Vom „Alemannischen Montmartre“ in den Tunnel bei Livigno

Das 3. Literaturwochenende am Untersee begeisterte vor allem durch die Auswahl der Autoren und Vorleser. Im Turmhof in Steckborn und in den vier gastgebenden Privathäusern am Untersee entstand die anregende Atmosphäre literarischer Salons. Beim Apéro nutzten Künstler und Gäste die Möglichkeit zur direkten Kommunikation.

Frank Lettenewitsch, Schauspieler am Theater Konstanz, entführte seine Zuhörer im 700 Jahre alten „Turmhof“ in Steckborn in die schillernde Welt des 1929 erschienenen Romans von Eduard Reinacher, „Bohème in Kustenz“. Der pfiffige Expressionist Kolomann muss am Ende Frau und Kind und den „Alemannischen Montmartre“ verlassen – nicht ohne die behäbigen Konstanzer gehörig an der Nase herum geführt zu haben.
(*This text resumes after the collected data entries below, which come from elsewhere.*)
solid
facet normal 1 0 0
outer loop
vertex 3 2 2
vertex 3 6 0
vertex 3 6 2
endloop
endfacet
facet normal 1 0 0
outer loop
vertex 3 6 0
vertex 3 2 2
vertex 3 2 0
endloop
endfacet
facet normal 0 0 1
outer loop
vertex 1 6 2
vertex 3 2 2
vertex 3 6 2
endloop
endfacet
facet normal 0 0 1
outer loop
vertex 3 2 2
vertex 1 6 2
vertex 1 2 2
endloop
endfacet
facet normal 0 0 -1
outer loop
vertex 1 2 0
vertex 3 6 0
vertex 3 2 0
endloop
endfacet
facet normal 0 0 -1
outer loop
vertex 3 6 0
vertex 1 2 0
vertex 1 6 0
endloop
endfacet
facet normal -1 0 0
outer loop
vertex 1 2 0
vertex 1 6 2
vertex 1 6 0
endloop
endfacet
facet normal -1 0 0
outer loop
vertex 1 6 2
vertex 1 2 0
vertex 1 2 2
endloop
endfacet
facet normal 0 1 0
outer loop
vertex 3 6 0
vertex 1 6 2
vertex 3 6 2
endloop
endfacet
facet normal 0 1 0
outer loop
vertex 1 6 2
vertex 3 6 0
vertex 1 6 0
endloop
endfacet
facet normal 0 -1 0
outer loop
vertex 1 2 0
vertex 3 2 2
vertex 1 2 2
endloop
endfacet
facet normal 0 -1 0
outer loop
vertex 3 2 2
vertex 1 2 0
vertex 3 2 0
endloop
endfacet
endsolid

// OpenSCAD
module shim() {
    polyhedron(
  points=[ 
  [0,0,0],   // 0
  [4,0,0],  // 1
  [1, 2, 0], // 2
  [3,2,0],  // 3
  [1,2,2], // 4
  [3,2,2], // 5
  [0,0,3],
  [4,0,3]

  ],                                  
  faces=[ 
    [0,1,2], [1,2,3], // bottom
    [2,3,4], [3,4,5],  // face
    [4,6,7], [4,5,7], // pitch
    [0,1,7], [0,6,7],  // back
    [0,2,4], [0,4,6], // left
    [1,3,5], [1,5,7] // right
    ]                         
 );
 
 }
 
 shim();
 translate([1,2,0]) cube ([2,4,2]);
 mirror ([0,1,0]) translate([0,-8,0]) shim(); 
 
 

 
   //faces=[ [0,1,4],[1,2,4],[2,3,4],[3,0,4],[1,0,3],[2,1,3] ]  
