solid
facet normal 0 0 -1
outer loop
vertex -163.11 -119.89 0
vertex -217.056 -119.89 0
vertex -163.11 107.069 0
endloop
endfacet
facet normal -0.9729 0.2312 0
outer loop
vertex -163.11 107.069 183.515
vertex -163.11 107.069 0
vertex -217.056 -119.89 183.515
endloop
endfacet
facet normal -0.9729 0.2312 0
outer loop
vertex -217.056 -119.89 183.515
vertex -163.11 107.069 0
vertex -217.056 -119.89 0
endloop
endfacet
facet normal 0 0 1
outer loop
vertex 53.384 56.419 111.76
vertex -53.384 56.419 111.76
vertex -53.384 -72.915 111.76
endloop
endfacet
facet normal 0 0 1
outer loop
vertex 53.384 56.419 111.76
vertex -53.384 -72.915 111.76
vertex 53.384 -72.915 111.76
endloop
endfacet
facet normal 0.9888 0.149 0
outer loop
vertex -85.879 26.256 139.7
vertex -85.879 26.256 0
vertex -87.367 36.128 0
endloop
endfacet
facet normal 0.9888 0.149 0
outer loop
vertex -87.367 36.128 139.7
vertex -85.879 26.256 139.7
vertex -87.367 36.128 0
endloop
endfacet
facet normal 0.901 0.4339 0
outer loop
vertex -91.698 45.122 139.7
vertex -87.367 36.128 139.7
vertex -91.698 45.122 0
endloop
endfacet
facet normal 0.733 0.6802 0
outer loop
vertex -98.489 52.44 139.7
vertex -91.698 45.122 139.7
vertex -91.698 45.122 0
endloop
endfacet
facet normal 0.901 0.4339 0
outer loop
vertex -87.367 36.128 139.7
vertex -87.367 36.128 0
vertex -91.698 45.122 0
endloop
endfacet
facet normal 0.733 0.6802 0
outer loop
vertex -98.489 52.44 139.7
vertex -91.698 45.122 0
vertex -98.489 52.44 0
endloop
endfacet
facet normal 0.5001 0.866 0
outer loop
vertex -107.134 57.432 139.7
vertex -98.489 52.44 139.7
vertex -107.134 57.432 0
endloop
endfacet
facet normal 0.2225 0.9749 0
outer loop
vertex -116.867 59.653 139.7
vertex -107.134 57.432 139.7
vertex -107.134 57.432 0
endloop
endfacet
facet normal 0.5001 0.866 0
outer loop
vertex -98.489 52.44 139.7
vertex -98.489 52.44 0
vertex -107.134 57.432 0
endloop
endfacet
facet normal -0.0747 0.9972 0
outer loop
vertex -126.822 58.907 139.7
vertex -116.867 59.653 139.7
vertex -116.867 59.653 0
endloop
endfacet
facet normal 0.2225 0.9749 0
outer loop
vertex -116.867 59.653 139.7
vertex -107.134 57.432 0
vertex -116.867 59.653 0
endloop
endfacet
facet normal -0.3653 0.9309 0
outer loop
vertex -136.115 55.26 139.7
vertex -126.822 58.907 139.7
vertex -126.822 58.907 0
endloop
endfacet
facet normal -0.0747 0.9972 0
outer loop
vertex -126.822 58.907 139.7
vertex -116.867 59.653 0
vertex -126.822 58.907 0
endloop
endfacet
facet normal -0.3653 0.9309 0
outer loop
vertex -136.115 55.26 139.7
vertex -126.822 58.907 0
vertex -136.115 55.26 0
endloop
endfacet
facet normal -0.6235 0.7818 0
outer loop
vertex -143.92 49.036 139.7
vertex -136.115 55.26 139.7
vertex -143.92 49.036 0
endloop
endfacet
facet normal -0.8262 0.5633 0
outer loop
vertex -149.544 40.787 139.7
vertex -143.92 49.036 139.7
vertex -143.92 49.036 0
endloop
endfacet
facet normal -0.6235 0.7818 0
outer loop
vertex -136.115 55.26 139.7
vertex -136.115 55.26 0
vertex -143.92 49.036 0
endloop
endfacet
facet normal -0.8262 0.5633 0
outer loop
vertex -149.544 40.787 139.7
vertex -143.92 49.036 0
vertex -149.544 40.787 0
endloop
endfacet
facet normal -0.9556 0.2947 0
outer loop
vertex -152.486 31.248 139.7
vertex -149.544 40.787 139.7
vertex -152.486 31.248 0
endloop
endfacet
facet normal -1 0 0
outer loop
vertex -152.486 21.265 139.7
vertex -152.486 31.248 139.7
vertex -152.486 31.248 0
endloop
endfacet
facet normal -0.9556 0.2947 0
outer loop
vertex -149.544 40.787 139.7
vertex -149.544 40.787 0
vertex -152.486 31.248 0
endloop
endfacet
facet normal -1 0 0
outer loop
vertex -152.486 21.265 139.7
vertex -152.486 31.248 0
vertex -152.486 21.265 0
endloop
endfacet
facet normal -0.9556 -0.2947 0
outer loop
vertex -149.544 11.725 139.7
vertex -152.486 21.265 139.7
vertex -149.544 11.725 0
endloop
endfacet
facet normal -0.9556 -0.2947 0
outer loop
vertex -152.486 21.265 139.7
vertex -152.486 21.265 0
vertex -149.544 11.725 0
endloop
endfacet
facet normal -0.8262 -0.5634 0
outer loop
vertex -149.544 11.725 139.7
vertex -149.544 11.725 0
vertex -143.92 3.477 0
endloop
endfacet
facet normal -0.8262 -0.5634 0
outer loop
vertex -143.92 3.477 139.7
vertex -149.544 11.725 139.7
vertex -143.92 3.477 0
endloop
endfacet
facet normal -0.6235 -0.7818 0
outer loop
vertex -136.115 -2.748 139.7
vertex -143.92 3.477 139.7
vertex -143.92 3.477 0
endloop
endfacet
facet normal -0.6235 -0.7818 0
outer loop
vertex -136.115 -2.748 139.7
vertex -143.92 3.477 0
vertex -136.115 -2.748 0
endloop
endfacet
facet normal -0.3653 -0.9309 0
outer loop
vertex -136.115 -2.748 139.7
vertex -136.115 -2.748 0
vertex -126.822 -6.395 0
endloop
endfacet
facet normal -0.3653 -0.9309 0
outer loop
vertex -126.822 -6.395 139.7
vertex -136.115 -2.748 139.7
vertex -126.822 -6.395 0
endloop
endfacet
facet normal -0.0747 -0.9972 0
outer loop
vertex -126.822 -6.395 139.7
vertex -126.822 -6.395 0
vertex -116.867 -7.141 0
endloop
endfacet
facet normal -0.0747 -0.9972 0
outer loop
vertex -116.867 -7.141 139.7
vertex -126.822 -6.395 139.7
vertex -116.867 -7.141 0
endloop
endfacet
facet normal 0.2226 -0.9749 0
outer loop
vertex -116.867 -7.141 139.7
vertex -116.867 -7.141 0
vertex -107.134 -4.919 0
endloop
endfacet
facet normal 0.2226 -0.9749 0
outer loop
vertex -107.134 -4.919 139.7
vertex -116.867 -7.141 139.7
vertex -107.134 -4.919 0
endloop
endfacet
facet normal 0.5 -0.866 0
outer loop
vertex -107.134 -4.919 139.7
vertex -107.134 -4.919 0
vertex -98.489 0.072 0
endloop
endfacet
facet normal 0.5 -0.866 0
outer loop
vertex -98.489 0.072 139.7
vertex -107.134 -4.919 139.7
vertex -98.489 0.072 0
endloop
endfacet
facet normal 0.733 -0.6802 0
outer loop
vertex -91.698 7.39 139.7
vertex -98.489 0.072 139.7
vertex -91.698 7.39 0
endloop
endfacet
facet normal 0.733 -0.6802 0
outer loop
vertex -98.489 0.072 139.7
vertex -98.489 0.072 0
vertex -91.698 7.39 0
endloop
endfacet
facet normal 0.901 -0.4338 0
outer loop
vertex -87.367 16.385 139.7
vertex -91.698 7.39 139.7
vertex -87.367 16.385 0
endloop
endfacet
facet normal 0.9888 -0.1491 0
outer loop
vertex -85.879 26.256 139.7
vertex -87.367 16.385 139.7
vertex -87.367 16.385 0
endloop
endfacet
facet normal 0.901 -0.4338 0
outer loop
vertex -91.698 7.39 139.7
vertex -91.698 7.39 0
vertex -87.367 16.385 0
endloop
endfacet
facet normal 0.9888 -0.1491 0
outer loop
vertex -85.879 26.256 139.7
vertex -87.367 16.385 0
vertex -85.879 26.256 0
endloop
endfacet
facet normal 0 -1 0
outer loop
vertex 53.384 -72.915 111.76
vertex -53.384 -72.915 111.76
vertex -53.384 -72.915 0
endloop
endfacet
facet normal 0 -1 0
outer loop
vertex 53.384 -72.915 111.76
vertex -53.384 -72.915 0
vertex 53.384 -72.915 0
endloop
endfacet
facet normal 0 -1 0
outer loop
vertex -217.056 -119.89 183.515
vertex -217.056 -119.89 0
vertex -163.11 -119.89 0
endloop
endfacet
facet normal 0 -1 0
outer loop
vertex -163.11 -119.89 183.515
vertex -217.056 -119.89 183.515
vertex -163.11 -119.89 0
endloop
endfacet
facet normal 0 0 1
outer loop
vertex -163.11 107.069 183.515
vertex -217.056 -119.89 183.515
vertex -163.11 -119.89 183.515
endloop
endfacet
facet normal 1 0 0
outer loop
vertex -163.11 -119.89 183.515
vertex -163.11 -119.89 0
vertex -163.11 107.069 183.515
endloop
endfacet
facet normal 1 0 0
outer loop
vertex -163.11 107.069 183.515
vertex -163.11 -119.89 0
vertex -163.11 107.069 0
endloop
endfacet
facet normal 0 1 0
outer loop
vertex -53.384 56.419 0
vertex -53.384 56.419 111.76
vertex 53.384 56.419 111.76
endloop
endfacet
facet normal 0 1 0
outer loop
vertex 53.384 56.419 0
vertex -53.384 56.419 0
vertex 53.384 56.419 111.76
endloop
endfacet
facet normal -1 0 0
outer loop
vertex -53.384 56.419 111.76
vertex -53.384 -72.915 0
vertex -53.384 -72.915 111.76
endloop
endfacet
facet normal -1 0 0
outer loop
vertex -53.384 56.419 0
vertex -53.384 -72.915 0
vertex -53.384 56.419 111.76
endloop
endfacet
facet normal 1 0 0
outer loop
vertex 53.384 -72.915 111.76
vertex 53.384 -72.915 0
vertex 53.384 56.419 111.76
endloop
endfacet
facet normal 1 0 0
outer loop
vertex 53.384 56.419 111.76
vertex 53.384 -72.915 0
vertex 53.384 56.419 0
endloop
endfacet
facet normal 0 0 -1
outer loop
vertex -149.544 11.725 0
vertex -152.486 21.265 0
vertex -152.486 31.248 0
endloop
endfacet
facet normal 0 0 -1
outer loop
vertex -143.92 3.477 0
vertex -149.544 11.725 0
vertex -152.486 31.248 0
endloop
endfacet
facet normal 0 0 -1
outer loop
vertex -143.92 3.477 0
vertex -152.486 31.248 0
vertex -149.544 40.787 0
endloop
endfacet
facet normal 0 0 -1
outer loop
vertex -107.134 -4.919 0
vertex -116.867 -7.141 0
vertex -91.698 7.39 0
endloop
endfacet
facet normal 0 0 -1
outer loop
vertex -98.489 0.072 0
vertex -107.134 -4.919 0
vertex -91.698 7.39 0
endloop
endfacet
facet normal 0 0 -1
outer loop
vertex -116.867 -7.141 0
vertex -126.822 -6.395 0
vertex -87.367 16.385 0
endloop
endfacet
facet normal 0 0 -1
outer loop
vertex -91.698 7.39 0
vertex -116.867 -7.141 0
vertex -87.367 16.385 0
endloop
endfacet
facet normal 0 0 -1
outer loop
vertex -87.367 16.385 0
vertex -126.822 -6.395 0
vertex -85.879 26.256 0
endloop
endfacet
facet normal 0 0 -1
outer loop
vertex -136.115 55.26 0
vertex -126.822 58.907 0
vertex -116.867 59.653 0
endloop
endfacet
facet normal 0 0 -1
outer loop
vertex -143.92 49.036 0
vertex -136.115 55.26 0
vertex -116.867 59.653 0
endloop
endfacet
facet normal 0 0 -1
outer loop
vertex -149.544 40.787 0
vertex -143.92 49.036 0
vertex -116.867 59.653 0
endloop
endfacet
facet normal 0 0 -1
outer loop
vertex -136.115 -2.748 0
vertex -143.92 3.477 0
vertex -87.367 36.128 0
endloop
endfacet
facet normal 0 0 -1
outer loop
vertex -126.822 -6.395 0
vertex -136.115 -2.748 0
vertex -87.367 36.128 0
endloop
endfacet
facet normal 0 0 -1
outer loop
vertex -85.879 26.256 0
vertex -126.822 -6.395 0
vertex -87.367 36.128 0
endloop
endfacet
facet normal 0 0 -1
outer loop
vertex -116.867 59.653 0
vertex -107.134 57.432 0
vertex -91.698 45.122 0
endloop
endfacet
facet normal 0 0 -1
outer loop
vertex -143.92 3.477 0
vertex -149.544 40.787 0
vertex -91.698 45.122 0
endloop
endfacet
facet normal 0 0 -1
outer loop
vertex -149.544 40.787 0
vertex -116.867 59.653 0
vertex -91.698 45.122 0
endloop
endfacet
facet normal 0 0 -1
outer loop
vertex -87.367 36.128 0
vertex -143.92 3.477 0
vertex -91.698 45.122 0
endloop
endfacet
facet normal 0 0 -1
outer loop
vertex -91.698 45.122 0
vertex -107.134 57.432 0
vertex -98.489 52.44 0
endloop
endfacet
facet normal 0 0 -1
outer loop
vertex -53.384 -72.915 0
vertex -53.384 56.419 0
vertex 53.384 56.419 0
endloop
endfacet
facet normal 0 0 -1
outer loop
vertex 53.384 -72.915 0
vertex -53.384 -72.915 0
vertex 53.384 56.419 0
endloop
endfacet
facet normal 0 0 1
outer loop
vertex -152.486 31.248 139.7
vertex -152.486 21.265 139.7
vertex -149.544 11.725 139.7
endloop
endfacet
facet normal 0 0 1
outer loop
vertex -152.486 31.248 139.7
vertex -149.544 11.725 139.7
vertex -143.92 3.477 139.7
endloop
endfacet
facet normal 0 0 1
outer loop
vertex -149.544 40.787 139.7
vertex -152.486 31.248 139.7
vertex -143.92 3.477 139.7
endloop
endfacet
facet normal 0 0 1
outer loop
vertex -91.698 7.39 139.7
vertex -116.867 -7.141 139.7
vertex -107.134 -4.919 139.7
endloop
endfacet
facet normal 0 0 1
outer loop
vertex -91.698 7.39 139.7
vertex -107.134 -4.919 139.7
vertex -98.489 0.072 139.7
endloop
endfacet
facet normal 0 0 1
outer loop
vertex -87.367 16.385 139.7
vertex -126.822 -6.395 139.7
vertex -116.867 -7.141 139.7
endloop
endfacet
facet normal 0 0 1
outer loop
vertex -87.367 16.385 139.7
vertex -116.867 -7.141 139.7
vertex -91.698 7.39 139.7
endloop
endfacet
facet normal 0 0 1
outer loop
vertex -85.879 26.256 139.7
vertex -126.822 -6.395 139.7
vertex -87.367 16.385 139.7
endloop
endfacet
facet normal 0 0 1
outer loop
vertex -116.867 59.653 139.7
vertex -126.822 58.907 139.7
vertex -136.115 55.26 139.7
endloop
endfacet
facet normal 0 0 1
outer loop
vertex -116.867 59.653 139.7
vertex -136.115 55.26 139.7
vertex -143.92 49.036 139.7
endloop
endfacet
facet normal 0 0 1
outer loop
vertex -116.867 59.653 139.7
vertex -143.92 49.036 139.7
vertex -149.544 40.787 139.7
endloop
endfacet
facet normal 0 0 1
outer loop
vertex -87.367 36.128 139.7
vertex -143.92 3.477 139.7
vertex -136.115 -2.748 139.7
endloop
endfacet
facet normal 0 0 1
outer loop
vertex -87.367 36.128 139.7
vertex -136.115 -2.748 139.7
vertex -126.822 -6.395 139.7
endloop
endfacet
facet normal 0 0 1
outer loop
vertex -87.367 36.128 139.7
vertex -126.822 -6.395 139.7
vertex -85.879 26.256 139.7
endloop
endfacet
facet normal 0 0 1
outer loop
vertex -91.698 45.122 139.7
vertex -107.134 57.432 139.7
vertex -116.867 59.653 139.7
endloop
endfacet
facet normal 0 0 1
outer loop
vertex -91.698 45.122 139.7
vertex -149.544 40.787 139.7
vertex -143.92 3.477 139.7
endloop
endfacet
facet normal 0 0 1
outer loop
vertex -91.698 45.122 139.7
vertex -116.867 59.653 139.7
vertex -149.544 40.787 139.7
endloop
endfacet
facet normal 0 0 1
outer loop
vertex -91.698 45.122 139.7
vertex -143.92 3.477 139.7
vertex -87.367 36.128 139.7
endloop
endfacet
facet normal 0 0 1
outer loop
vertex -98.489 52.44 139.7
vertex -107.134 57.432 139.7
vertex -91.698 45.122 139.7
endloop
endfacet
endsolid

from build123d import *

# Parameters (mm, degrees)
F0_W     = 106.768228
F0_H     = 129.3335
F1_DEPTH = 111.76
F2_R     = 33.490648
F3_DEPTH = 139.7
F5_DEPTH = 183.515


with BuildPart() as f1:
    # F0 (on Top) → F1 (new body)
    with BuildSketch(Plane.XY):
        with Locations((0, -8.248193)):
            Rectangle(F0_W, F0_H)
    extrude(amount=F1_DEPTH)


with BuildPart() as f3:
    # F2 (on Top) → F3 (new body)
    with BuildSketch(Plane.XY):
        with Locations((-119.369633, 26.256129)):
            Circle(F2_R)
    extrude(amount=F3_DEPTH)


with BuildPart() as f5:
    # F4 (on Top) → F5 (new body)
    with BuildSketch(Plane.XY):
        Polygon((-163.109899, -119.890295), (-163.109899, 107.068837), (-217.055589, -119.890295), align=None)
    extrude(amount=F5_DEPTH)


solid = Compound([f1.part, f3.part, f5.part])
Das „Alte Debrunnerhaus“ in Ermatingen war bis auf den letzten Klavierhocker besetzt, denn Astrid Keller, die bekannte Theaterkünstlerin, hatte sich das suchterzeugende Werk des Schweizer Erzählers Markus Werner, „Am Hang“, ausgesucht. Zwei Männer sitzen sich beim Essen gegenüber, der eine hält die Ehe für eine „glatte Überforderung der menschlichen Natur“, dem anderen war sie „Heimat“. Die Geschichte mündet am Ende in einen schrecklichen Verdacht.

Zur Sonntagsmatinée im Schlösschen „Breitenstein“ war der Autor Peter Weber gekommen. Er stellte sich mit dem Satz vor, „manche schreiben im Laufe der Jahre Wälzer, andere kargen wenige Sätze aus.“ Schon nach einer halben Buchseite war klar, dass Weber nicht zu den ersteren gehört. In seinem Roman, „Die melodielosen Jahre,“ stösst er sprachlich auf Ebenen vor, die traditionellen Erzählern verschlossen bleiben. In dem 2007 erschienenen Werk wollte die Katze mit den hellblauen Augen der Romanfigur Oliver „die Wörter aus den Fingern beissen… sie frass Wandelwörter skizzenfrisch und zeigte die Krallen.“ Der harte Kern der Gäste verabschiedete sich von diesem faszinierenden Sprachkünstler erst nach halbzwei Uhr – es waren wunderbare 150 Minuten.

Der Sonntagnachmittag klang im „Haus Rosenau“ in Tägerwilen aus. Die weißen, sonnendurchfluteten Räume im Herrschaftshaus der ehemaligen Mühle fassten kaum die zahlreichen Besucher. Der Schauspieler Jaap Achterberg aus Zürich las eine Geschichte aus dem Erzählband „Der Normalsprecher“ von Jens A. Koemeda, der im Frühjahr erscheinen wird. Die dramatische Situation spielt im Straßentunnel bei Livigno. Als der Motor streikt, schlägt die Bedrohung in immer höheren Wellen über dem Autofahrer zusammen. Die kalte Angst packt ihn. Die Erzählung endet in einer überraschenden Wendung, die hier nicht verraten werden soll.